### TASK PROMPT
Set down, character for character, everything in the records below from the line holding "f 295 522 514" down to the line holding "f 116 395 397", and no other line.

### SUPPLIED ENTRIES
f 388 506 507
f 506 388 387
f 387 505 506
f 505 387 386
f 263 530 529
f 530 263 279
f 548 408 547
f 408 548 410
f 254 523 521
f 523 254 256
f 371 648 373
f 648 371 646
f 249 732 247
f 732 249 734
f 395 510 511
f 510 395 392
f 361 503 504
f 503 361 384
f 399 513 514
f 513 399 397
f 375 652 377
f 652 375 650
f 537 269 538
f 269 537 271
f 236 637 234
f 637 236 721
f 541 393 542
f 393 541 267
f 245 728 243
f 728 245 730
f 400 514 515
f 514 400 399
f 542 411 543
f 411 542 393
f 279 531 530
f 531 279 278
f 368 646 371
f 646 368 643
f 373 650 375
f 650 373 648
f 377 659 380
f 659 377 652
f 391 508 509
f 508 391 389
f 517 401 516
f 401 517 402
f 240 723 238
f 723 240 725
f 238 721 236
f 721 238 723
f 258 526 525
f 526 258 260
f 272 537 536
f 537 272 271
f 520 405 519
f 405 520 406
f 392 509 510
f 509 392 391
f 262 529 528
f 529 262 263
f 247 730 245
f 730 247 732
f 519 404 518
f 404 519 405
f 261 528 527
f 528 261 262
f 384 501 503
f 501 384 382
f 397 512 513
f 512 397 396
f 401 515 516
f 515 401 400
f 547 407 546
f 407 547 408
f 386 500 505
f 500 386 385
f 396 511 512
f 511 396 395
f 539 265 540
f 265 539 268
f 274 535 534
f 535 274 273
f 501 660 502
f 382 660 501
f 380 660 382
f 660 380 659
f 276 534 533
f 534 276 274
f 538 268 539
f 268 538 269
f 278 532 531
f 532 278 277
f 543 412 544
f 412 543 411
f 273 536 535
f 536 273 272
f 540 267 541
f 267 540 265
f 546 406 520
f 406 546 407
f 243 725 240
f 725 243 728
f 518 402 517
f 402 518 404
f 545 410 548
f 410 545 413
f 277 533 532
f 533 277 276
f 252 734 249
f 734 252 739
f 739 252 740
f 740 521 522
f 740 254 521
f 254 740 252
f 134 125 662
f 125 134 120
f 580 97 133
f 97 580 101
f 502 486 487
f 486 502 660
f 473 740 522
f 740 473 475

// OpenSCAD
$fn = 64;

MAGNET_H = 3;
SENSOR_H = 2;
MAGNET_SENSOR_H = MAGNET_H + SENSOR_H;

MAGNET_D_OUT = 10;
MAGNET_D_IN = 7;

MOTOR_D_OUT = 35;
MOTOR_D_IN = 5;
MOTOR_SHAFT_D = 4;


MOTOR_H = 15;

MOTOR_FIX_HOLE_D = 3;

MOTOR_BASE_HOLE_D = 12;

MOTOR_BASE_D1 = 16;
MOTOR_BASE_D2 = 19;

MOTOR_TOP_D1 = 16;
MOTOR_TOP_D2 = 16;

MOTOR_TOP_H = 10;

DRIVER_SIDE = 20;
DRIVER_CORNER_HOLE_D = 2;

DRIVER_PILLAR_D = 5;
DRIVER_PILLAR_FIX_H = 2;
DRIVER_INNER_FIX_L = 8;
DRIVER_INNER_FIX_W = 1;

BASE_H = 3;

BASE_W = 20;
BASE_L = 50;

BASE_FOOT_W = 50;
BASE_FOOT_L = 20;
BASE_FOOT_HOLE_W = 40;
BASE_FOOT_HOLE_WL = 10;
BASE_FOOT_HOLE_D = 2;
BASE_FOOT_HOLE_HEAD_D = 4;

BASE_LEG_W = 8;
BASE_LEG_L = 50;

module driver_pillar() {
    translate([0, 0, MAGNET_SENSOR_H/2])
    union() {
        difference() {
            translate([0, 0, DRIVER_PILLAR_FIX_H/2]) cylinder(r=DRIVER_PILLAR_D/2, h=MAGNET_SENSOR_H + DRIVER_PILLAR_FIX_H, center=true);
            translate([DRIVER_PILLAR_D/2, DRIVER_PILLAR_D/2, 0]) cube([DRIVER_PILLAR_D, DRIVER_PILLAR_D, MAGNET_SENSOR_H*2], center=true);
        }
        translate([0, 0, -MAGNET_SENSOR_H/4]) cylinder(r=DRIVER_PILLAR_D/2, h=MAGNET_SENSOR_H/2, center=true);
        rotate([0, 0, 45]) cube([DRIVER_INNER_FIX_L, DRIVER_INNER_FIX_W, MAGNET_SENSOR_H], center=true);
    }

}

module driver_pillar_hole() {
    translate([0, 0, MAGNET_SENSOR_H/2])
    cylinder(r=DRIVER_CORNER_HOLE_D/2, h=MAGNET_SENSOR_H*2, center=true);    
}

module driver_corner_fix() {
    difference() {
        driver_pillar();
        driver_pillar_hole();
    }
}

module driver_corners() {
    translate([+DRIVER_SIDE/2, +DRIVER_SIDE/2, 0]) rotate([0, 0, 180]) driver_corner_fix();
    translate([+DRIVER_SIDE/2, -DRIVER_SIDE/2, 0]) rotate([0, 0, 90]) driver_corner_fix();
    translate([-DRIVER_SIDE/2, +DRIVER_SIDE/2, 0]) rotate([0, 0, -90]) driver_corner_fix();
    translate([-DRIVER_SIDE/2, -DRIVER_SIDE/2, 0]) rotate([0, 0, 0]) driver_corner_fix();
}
---
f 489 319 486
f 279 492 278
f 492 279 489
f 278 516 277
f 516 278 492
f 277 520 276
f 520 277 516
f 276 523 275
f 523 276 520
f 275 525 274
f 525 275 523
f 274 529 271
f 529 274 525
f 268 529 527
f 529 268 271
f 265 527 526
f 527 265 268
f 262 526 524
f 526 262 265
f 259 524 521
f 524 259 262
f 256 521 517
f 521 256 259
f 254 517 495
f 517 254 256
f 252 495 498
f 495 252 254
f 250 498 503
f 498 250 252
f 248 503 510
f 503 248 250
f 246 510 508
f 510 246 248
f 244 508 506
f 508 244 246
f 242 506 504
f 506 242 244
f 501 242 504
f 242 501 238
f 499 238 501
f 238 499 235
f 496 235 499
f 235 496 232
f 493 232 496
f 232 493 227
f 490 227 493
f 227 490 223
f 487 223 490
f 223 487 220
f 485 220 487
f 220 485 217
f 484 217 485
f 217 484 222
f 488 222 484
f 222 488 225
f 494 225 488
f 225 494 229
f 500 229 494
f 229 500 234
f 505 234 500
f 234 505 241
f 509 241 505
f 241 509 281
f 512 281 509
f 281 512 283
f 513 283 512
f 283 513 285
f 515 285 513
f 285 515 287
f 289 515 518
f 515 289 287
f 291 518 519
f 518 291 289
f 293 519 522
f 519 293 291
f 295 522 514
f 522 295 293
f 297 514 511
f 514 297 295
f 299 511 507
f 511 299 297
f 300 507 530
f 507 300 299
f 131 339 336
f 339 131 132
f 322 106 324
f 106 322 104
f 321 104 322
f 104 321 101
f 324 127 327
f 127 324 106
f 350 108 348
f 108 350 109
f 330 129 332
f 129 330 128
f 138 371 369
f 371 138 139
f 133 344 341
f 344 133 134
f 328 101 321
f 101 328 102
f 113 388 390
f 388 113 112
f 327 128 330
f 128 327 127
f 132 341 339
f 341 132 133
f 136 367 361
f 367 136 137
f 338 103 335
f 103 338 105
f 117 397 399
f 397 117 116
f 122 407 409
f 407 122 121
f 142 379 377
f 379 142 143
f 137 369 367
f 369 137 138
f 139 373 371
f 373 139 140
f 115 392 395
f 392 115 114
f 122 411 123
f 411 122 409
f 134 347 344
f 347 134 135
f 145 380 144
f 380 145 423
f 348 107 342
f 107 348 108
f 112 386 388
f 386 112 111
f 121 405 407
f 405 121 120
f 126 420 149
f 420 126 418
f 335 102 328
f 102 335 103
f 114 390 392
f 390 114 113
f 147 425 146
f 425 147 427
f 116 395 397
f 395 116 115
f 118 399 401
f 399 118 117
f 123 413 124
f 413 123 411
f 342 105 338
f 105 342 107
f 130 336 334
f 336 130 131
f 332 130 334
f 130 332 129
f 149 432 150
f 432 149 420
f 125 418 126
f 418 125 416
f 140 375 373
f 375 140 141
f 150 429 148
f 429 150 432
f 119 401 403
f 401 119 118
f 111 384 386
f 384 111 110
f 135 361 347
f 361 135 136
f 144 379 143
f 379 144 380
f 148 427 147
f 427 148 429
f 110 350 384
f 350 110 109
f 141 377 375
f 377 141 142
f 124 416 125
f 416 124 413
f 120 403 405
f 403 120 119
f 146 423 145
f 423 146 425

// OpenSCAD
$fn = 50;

### REPLY
f 295 522 514
f 522 295 293
f 297 514 511
f 514 297 295
f 299 511 507
f 511 299 297
f 300 507 530
f 507 300 299
f 131 339 336
f 339 131 132
f 322 106 324
f 106 322 104
f 321 104 322
f 104 321 101
f 324 127 327
f 127 324 106
f 350 108 348
f 108 350 109
f 330 129 332
f 129 330 128
f 138 371 369
f 371 138 139
f 133 344 341
f 344 133 134
f 328 101 321
f 101 328 102
f 113 388 390
f 388 113 112
f 327 128 330
f 128 327 127
f 132 341 339
f 341 132 133
f 136 367 361
f 367 136 137
f 338 103 335
f 103 338 105
f 117 397 399
f 397 117 116
f 122 407 409
f 407 122 121
f 142 379 377
f 379 142 143
f 137 369 367
f 369 137 138
f 139 373 371
f 373 139 140
f 115 392 395
f 392 115 114
f 122 411 123
f 411 122 409
f 134 347 344
f 347 134 135
f 145 380 144
f 380 145 423
f 348 107 342
f 107 348 108
f 112 386 388
f 386 112 111
f 121 405 407
f 405 121 120
f 126 420 149
f 420 126 418
f 335 102 328
f 102 335 103
f 114 390 392
f 390 114 113
f 147 425 146
f 425 147 427
f 116 395 397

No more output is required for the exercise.